■ DATA EXCERPTS
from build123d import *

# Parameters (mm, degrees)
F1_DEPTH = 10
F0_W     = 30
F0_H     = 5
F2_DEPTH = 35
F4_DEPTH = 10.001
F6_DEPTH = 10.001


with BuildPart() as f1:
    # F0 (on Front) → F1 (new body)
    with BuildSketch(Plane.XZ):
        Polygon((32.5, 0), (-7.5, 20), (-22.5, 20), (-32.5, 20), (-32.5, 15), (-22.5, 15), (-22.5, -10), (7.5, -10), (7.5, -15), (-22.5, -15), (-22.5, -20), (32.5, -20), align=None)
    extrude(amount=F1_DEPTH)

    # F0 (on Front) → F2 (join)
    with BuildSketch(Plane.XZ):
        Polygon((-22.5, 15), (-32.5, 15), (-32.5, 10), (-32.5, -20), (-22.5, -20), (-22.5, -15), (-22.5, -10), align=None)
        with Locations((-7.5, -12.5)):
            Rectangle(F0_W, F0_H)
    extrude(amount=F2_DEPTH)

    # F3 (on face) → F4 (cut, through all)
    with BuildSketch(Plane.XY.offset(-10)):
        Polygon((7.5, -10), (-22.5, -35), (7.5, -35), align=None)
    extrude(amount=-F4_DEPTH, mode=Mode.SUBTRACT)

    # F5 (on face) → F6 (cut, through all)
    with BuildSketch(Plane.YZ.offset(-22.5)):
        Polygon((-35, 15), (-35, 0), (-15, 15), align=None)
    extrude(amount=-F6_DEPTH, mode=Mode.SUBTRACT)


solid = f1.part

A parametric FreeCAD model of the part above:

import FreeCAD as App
import Part
import Sketcher
from FreeCAD import Vector


def add_polygon(sketch, points):
    """Adds a closed chain of lines whose ends are joined by coincident constraints."""
    first, n = sketch.GeometryCount, len(points)
    for a, b in zip(points, points[1:] + points[:1]):
        sketch.addGeometry(Part.LineSegment(App.Vector(*a, 0), App.Vector(*b, 0)), False)
    for i in range(n):
        sketch.addConstraint(Sketcher.Constraint("Coincident", first + i, 2, first + (i + 1) % n, 1))

doc = App.newDocument("Part")
body = doc.addObject("PartDesign::Body", "Body")

# Sketch on XZ plane
sketch1 = body.newObject("Sketcher::SketchObject", "Sketch")
sketch1.AttachmentSupport = (doc.getObject("XZ_Plane"), [""])
sketch1.MapMode = "FlatFace"
add_polygon(sketch1, [(32, 0), (-8, 20), (-32, 20), (-32, 15), (-22, 15), (-22, -10), (8, -10), (8, -15), (-22, -15), (-22, -20), (32, -20)])  # lines 0-10
sketch1.addConstraint([
    Sketcher.Constraint("Horizontal", 1),
    Sketcher.Constraint("Vertical", 2),
    Sketcher.Constraint("Horizontal", 3),
    Sketcher.Constraint("Vertical", 4),
    Sketcher.Constraint("Horizontal", 5),
    Sketcher.Constraint("Vertical", 6),
    Sketcher.Constraint("Horizontal", 7),
    Sketcher.Constraint("Vertical", 8),
    Sketcher.Constraint("Horizontal", 9),
    Sketcher.Constraint("Vertical", 10),
    Sketcher.Constraint("Symmetric", 1, 2, 9, 2, -1, 1),
    Sketcher.Constraint("Symmetric", 3, 2, 7, 2, -1),
    Sketcher.Constraint("PointOnObject", 10, 2, -1),
    Sketcher.Constraint("Equal", 1, 4),
    Sketcher.Constraint("Equal", 2, 6),
    Sketcher.Constraint("DistanceX", 1, 2, 1, 1, 25.0),
    Sketcher.Constraint("DistanceX", 3, 1, 3, 2, 10.0),
    Sketcher.Constraint("DistanceX", 5, 1, 5, 2, 30.0),
    Sketcher.Constraint("DistanceX", 9, 1, 9, 2, 55.0),
    Sketcher.Constraint("DistanceY", 2, 2, 2, 1, 5.0),
])
pad1 = body.newObject("PartDesign::Pad", "Pad")
pad1.Profile = sketch1
pad1.Length = 10

# Sketch on XZ plane
sketch2 = body.newObject("Sketcher::SketchObject", "Sketch001")
sketch2.AttachmentSupport = (doc.getObject("XZ_Plane"), [""])
sketch2.MapMode = "FlatFace"
add_polygon(sketch2, [(-22, 15), (-32, 15), (-32, -20), (-22, -20), (-22, -15), (8, -15), (8, -10), (-22, -10)])  # lines 0-7
sketch2.addConstraint([
    Sketcher.Constraint("Horizontal", 0),
    Sketcher.Constraint("Vertical", 1),
    Sketcher.Constraint("Horizontal", 2),
    Sketcher.Constraint("Vertical", 3),
    Sketcher.Constraint("Horizontal", 4),
    Sketcher.Constraint("Vertical", 5),
    Sketcher.Constraint("Horizontal", 6),
    Sketcher.Constraint("Vertical", 7),
    Sketcher.Constraint("Symmetric", 3, 2, 7, 2, -1),
    Sketcher.Constraint("Equal", 3, 5),
    Sketcher.Constraint("DistanceX", 0, 2, 0, 1, 10.0),
    Sketcher.Constraint("DistanceX", 4, 1, 4, 2, 30.0),
    Sketcher.Constraint("DistanceY", 1, 2, 1, 1, 35.0),
    Sketcher.Constraint("DistanceY", 3, 1, 3, 2, 5.0),
    Sketcher.Constraint("DistanceX", 0, 2, -1, 1, 32.5),
])
pad2 = body.newObject("PartDesign::Pad", "Pad001")
pad2.Profile = sketch2
pad2.Length = 35

# Sketch on XY plane
sketch3 = body.newObject("Sketcher::SketchObject", "Sketch002")
sketch3.AttachmentSupport = (doc.getObject("XY_Plane"), [""])
sketch3.MapMode = "FlatFace"
sketch3.AttachmentOffset = App.Placement(Vector(0, 0, -10), App.Rotation())
add_polygon(sketch3, [(8, -10), (-22, -35), (8, -35)])  # lines 0-2
sketch3.addConstraint([
    Sketcher.Constraint("Horizontal", 1),
    Sketcher.Constraint("Vertical", 2),
    Sketcher.Constraint("DistanceX", 1, 1, 1, 2, 30.0),
    Sketcher.Constraint("DistanceY", 2, 1, 2, 2, 25.0),
    Sketcher.Constraint("DistanceY", 0, 2, -1, 1, 35.0),
    Sketcher.Constraint("DistanceX", 0, 2, -1, 1, 22.5),
])
pocket1 = body.newObject("PartDesign::Pocket", "Pocket")
pocket1.Profile = sketch3
pocket1.Type = "ThroughAll"

# Sketch on YZ plane
sketch4 = body.newObject("Sketcher::SketchObject", "Sketch003")
sketch4.AttachmentSupport = (doc.getObject("YZ_Plane"), [""])
sketch4.MapMode = "FlatFace"
sketch4.AttachmentOffset = App.Placement(Vector(0, 0, -22.5), App.Rotation())
add_polygon(sketch4, [(-35, 15), (-35, 0), (-15, 15)])  # lines 0-2
sketch4.addConstraint([
    Sketcher.Constraint("Vertical", 0),
    Sketcher.Constraint("Horizontal", 2),
    Sketcher.Constraint("PointOnObject", 0, 2, -1),
    Sketcher.Constraint("DistanceX", 2, 2, 2, 1, 20.0),
    Sketcher.Constraint("DistanceY", 0, 2, 0, 1, 15.0),
    Sketcher.Constraint("DistanceX", 0, 2, -1, 1, 35.0),
])
pocket2 = body.newObject("PartDesign::Pocket", "Pocket001")
pocket2.Profile = sketch4
pocket2.Type = "ThroughAll"

doc.recompute()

■ WORK INSTRUCTION
Examine each line of the records above and tally those with the string "None". State the total alone.

■ RESPONSE FOR THIS EXERCISE
4